Im November 2013 äußerte sich der damalige Bundespräsident gegenüber Zentralratspräsident Dieter Graumann in einem öffentlichen Gespräch.

Graumann: Herr Bundespräsident, wie haben Sie als Mann des Glaubens die Beschneidungsdebatte empfunden? So wie viele von uns, jenseits unserer Verletzungen, als einen Respektentzug vor der Religion in der Gesellschaft generell?
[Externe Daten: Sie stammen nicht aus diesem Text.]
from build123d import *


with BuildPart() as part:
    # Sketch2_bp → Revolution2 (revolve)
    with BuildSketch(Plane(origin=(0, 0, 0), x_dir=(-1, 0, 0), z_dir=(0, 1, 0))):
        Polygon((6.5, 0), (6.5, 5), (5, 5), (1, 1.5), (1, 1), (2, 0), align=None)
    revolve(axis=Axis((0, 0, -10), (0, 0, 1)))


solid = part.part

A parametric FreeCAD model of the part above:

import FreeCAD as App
import Part
import Sketcher

V = App.Vector
Q = App.Units.Quantity


def add_polygon(sketch, points):
    """Adds a closed chain of lines whose ends are joined by coincident constraints."""
    first, n = sketch.GeometryCount, len(points)
    for a, b in zip(points, points[1:] + points[:1]):
        sketch.addGeometry(Part.LineSegment(App.Vector(*a, 0), App.Vector(*b, 0)), False)
    for i in range(n):
        sketch.addConstraint(Sketcher.Constraint("Coincident", first + i, 2, first + (i + 1) % n, 1))

doc = App.newDocument("Part")
body = doc.addObject("PartDesign::Body", "Body")

sketch1 = doc.addObject("Sketcher::SketchObject", "Sketch")
body.addObject(sketch1)
sketch1.AttachmentSupport = (doc.XZ_Plane, [""])
sketch1.MapMode = "FlatFace"
add_polygon(sketch1, [(-6.5, 0), (-6.5, 5), (-5, 5), (-1, 1.5), (-1, 1), (-2, 0)])
sketch1.addConstraint(Sketcher.Constraint("Vertical", 0))
sketch1.addConstraint(Sketcher.Constraint("Horizontal", 1))
sketch1.addConstraint(Sketcher.Constraint("Vertical", 3))
sketch1.addConstraint(Sketcher.Constraint("Horizontal", 5))
sketch1.addConstraint(Sketcher.Constraint("PointOnObject", 4, 2, -1))
sketch1.addConstraint(Sketcher.Constraint("DistanceY", 0, 1, 0, 2, 5.0))
sketch1.addConstraint(Sketcher.Constraint("Angle", 4, Q("-135 deg")))
sketch1.addConstraint(Sketcher.Constraint("DistanceX", 1, 1, 1, 2, 1.5))
sketch1.addConstraint(Sketcher.Constraint("DistanceX", 5, 2, 5, 1, 4.5))
sketch1.addConstraint(Sketcher.Constraint("DistanceY", 3, 2, 3, 1, 0.5))
sketch1.addConstraint(Sketcher.Constraint("DistanceX", 1, 2, -1, 1, 5.0))
sketch1.addConstraint(Sketcher.Constraint("DistanceX", 2, 2, -1, 1, 1.0))
revolution = doc.addObject("PartDesign::Revolution", "Revolution")
body.addObject(revolution)
revolution.Profile = sketch1
revolution.ReferenceAxis = (sketch1, ["V_Axis"])
revolution.Angle = 360

doc.recompute()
Gauck: Es ist so, dass eine bewusst religiöse Erziehung von Kindern in manchen Bevölkerungsgruppen schon als fundamentalistisch gilt. Es hat in Deutschland eine sehr heftige Debatte gegeben, in der diejenigen, die nur die Tradition des Rechts sehen, ein Problem gesehen haben mit der Beschneidung. Es würde sich nicht gehören oder auch nicht der Realität entsprechen, die Menschen, die aus dieser Tradition heraus argumentiert haben, als Menschenfeinde zu denunzieren. Das sind sie nicht. Aber sie haben eine etwas einseitige Sicht auf die komplexe Wirklichkeit des Menschen. Das Gemeinwesen hat etwas davon, wenn es viele Menschen gibt, die Werte verinnerlicht haben. Und zu den bedeutendsten Wertevermittlern gehören nun einmal die Religionen.
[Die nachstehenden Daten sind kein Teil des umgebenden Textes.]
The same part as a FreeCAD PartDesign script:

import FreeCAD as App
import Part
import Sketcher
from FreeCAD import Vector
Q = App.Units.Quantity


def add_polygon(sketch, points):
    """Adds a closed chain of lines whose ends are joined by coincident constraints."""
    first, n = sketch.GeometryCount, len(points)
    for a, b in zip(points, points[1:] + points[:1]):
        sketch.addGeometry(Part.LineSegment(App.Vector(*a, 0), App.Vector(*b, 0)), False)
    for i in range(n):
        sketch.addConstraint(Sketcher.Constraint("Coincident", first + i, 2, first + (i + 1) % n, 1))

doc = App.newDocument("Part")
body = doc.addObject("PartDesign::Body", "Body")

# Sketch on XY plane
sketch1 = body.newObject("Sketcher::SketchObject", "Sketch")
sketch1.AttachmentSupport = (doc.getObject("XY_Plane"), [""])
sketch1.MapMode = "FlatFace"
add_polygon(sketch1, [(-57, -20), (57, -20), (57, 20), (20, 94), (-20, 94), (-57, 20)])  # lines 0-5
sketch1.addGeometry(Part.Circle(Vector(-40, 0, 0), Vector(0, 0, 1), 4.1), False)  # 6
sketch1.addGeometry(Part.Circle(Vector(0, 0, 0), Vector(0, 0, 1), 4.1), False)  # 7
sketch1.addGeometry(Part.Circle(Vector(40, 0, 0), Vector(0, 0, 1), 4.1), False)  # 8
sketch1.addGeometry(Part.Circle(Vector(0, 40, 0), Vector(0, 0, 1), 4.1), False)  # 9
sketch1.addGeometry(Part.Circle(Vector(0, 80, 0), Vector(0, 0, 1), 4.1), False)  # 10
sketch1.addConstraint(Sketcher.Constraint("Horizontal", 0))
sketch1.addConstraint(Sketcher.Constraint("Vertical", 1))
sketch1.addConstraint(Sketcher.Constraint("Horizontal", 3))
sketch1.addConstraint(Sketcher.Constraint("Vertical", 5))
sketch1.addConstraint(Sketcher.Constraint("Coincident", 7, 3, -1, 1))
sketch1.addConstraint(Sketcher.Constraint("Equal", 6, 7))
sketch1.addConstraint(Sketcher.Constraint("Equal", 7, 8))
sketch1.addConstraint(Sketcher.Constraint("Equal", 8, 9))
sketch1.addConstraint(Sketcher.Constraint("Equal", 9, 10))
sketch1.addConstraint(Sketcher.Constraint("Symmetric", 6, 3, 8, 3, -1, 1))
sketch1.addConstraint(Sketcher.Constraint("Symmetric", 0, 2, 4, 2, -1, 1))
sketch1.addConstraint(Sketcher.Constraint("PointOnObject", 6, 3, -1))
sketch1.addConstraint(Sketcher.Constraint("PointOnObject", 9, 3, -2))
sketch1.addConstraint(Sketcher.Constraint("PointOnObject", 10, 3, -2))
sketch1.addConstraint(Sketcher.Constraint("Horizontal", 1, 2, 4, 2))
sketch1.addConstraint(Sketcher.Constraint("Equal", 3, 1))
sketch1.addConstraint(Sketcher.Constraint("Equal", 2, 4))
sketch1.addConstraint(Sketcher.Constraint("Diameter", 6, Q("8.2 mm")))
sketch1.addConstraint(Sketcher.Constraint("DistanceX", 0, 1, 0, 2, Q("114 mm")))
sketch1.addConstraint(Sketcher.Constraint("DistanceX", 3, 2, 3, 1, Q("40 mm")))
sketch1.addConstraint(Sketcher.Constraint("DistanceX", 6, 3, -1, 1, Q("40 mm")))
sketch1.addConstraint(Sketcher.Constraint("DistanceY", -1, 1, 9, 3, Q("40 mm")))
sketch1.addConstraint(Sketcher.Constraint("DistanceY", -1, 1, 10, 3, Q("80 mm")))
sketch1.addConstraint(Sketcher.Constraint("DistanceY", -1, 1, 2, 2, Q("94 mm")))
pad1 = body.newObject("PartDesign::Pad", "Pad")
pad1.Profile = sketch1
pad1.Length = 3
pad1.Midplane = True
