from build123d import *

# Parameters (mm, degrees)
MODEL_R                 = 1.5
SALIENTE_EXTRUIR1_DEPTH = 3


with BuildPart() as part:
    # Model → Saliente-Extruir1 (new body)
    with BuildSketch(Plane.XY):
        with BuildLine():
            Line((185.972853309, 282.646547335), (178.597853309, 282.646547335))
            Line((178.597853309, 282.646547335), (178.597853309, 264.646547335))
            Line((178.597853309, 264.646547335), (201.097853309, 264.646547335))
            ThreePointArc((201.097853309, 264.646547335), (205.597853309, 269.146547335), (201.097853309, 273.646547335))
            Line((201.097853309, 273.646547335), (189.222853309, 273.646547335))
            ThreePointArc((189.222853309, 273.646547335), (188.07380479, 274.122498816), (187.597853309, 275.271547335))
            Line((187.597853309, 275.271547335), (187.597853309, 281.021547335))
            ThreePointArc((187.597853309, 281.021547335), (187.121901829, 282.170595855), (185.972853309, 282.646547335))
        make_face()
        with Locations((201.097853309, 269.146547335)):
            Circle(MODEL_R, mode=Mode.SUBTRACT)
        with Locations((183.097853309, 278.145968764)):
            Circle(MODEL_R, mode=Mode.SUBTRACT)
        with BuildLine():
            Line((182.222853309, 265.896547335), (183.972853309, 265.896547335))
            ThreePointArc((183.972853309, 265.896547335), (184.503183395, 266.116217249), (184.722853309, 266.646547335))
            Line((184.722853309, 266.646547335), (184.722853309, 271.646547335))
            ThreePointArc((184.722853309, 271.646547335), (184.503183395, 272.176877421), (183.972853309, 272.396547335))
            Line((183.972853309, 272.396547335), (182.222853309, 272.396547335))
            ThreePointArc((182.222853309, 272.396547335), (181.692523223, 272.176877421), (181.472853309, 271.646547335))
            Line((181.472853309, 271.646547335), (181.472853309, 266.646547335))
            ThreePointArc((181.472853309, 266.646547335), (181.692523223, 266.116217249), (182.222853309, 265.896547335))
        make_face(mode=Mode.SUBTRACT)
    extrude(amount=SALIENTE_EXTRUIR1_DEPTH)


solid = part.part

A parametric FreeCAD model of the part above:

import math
import FreeCAD as App
import Part
import Sketcher
from FreeCAD import Vector

doc = App.newDocument("Part")
body = doc.addObject("PartDesign::Body", "Body")

sketch1 = body.newObject("Sketcher::SketchObject", "Sketch")
sketch1.AttachmentSupport = (doc.getObject("XY_Plane"), [""])
sketch1.MapMode = "FlatFace"
sketch1.addGeometry([
    Part.LineSegment(Vector(185.972853, 282.646547, 0), Vector(178.597853, 282.646547, 0)),
    Part.LineSegment(Vector(178.597853, 282.646547, 0), Vector(178.597853, 264.646547, 0)),
    Part.LineSegment(Vector(178.597853, 264.646547, 0), Vector(201.097853, 264.646547, 0)),
    Part.ArcOfCircle(Part.Circle(Vector(201.097853, 269.146547, 0), Vector(0, 0, 1), 4.5), math.radians(-90), math.radians(90)),
    Part.LineSegment(Vector(201.097853, 273.646547, 0), Vector(189.222853, 273.646547, 0)),
    Part.ArcOfCircle(Part.Circle(Vector(189.222853, 275.271547, 0), Vector(0, 0, 1), 1.625), math.radians(-180), math.radians(-90)),
    Part.LineSegment(Vector(187.597853, 275.271547, 0), Vector(187.597853, 281.021547, 0)),
    Part.ArcOfCircle(Part.Circle(Vector(185.972853, 281.021547, 0), Vector(0, 0, 1), 1.625), math.radians(0), math.radians(90)),
    Part.LineSegment(Vector(183.972853, 265.896547, 0), Vector(182.222853, 265.896547, 0)),
    Part.ArcOfCircle(Part.Circle(Vector(182.222853, 266.646547, 0), Vector(0, 0, 1), 0.75), math.radians(180), math.radians(270)),
    Part.LineSegment(Vector(181.472853, 266.646547, 0), Vector(181.472853, 271.646547, 0)),
    Part.ArcOfCircle(Part.Circle(Vector(182.222853, 271.646547, 0), Vector(0, 0, 1), 0.75), math.radians(90), math.radians(180)),
    Part.LineSegment(Vector(182.222853, 272.396547, 0), Vector(183.972853, 272.396547, 0)),
    Part.ArcOfCircle(Part.Circle(Vector(183.972853, 271.646547, 0), Vector(0, 0, 1), 0.75), math.radians(0), math.radians(90)),
    Part.LineSegment(Vector(184.722853, 271.646547, 0), Vector(184.722853, 266.646547, 0)),
    Part.ArcOfCircle(Part.Circle(Vector(183.972853, 266.646547, 0), Vector(0, 0, 1), 0.75), math.radians(-90), math.radians(0)),
    Part.Circle(Vector(201.097853, 269.146547, 0), Vector(0, 0, 1), 1.5),
    Part.Circle(Vector(183.097853, 278.145969, 0), Vector(0, 0, 1), 1.5),
], False)
sketch1.addConstraint([
    Sketcher.Constraint("Coincident", 0, 2, 1, 1),
    Sketcher.Constraint("Coincident", 1, 2, 2, 1),
    Sketcher.Constraint("Tangent", 2, 2, 3, 1),
    Sketcher.Constraint("Tangent", 3, 2, 4, 1),
    Sketcher.Constraint("Tangent", 4, 2, 5, 2),
    Sketcher.Constraint("Tangent", 5, 1, 6, 1),
    Sketcher.Constraint("Tangent", 6, 2, 7, 1),
    Sketcher.Constraint("Tangent", 7, 2, 0, 1),
    Sketcher.Constraint("Tangent", 8, 2, 9, 2),
    Sketcher.Constraint("Tangent", 9, 1, 10, 1),
    Sketcher.Constraint("Tangent", 10, 2, 11, 2),
    Sketcher.Constraint("Tangent", 11, 1, 12, 1),
    Sketcher.Constraint("Tangent", 12, 2, 13, 2),
    Sketcher.Constraint("Tangent", 13, 1, 14, 1),
    Sketcher.Constraint("Tangent", 14, 2, 15, 2),
    Sketcher.Constraint("Tangent", 15, 1, 8, 1),
    Sketcher.Constraint("Horizontal", 0),
    Sketcher.Constraint("Vertical", 1),
    Sketcher.Constraint("Horizontal", 2),
    Sketcher.Constraint("Horizontal", 4),
    Sketcher.Constraint("Vertical", 6),
    Sketcher.Constraint("Horizontal", 8),
    Sketcher.Constraint("Vertical", 10),
    Sketcher.Constraint("Horizontal", 12),
    Sketcher.Constraint("Vertical", 14),
    Sketcher.Constraint("Coincident", 16, 3, 3, 3),
    Sketcher.Constraint("Equal", 5, 7),
    Sketcher.Constraint("Equal", 9, 11),
    Sketcher.Constraint("Equal", 11, 13),
    Sketcher.Constraint("Equal", 13, 15),
    Sketcher.Constraint("Equal", 16, 17),
    Sketcher.Constraint("Diameter", 16, 3.0),
    Sketcher.Constraint("Radius", 3, 4.5),
    Sketcher.Constraint("DistanceY", 1, 2, 1, 1, 18.0),
    Sketcher.Constraint("DistanceY", 10, 1, 10, 2, 5.0),
    Sketcher.Constraint("Radius", 9, 0.75),
    Sketcher.Constraint("DistanceX", 2, 1, 2, 2, 22.5),
    Sketcher.Constraint("Radius", 5, 1.625),
    Sketcher.Constraint("DistanceX", 9, 3, 5, 3, 7.0),
    Sketcher.Constraint("DistanceX", 13, 3, 7, 3, 2.0),
    Sketcher.Constraint("DistanceY", 11, 3, 0, 2, 11.0),
    Sketcher.Constraint("DistanceX", 0, 2, 17, 3, 4.5),
    Sketcher.Constraint("DistanceX", 17, 3, 5, 1, 4.5),
    Sketcher.Constraint("DistanceY", -1, 1, 17, 3, 278.145969),
    Sketcher.Constraint("DistanceY", 17, 3, 7, 3, 2.875579),
    Sketcher.Constraint("DistanceX", -1, 1, 3, 3, 201.097853),
])
pad1 = body.newObject("PartDesign::Pad", "Pad")
pad1.Profile = sketch1
pad1.Length = 3

doc.recompute()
Nun haben die Glaubensgemeinschaften selbst eine Menge dazu getan, durch Engstirnigkeit, zum Teil durch Borniertheit, dass säkulare Bewegungen entstanden sind. Deshalb will ich auch keinem Kampf zwischen religiösen und säkularen Menschen das Wort reden. Sondern einfach sagen, liebe nicht glaubende Mitbürgerinnen und Mitbürger: Achtet darauf, dass ihr die Religion, die ihr nicht teilt, nicht beschädigt. Und ich bin Ihnen dankbar, dass Sie mitgewirkt haben, dass bei uns in der Gesetzgebung ein Modus Vivendi gefunden worden ist.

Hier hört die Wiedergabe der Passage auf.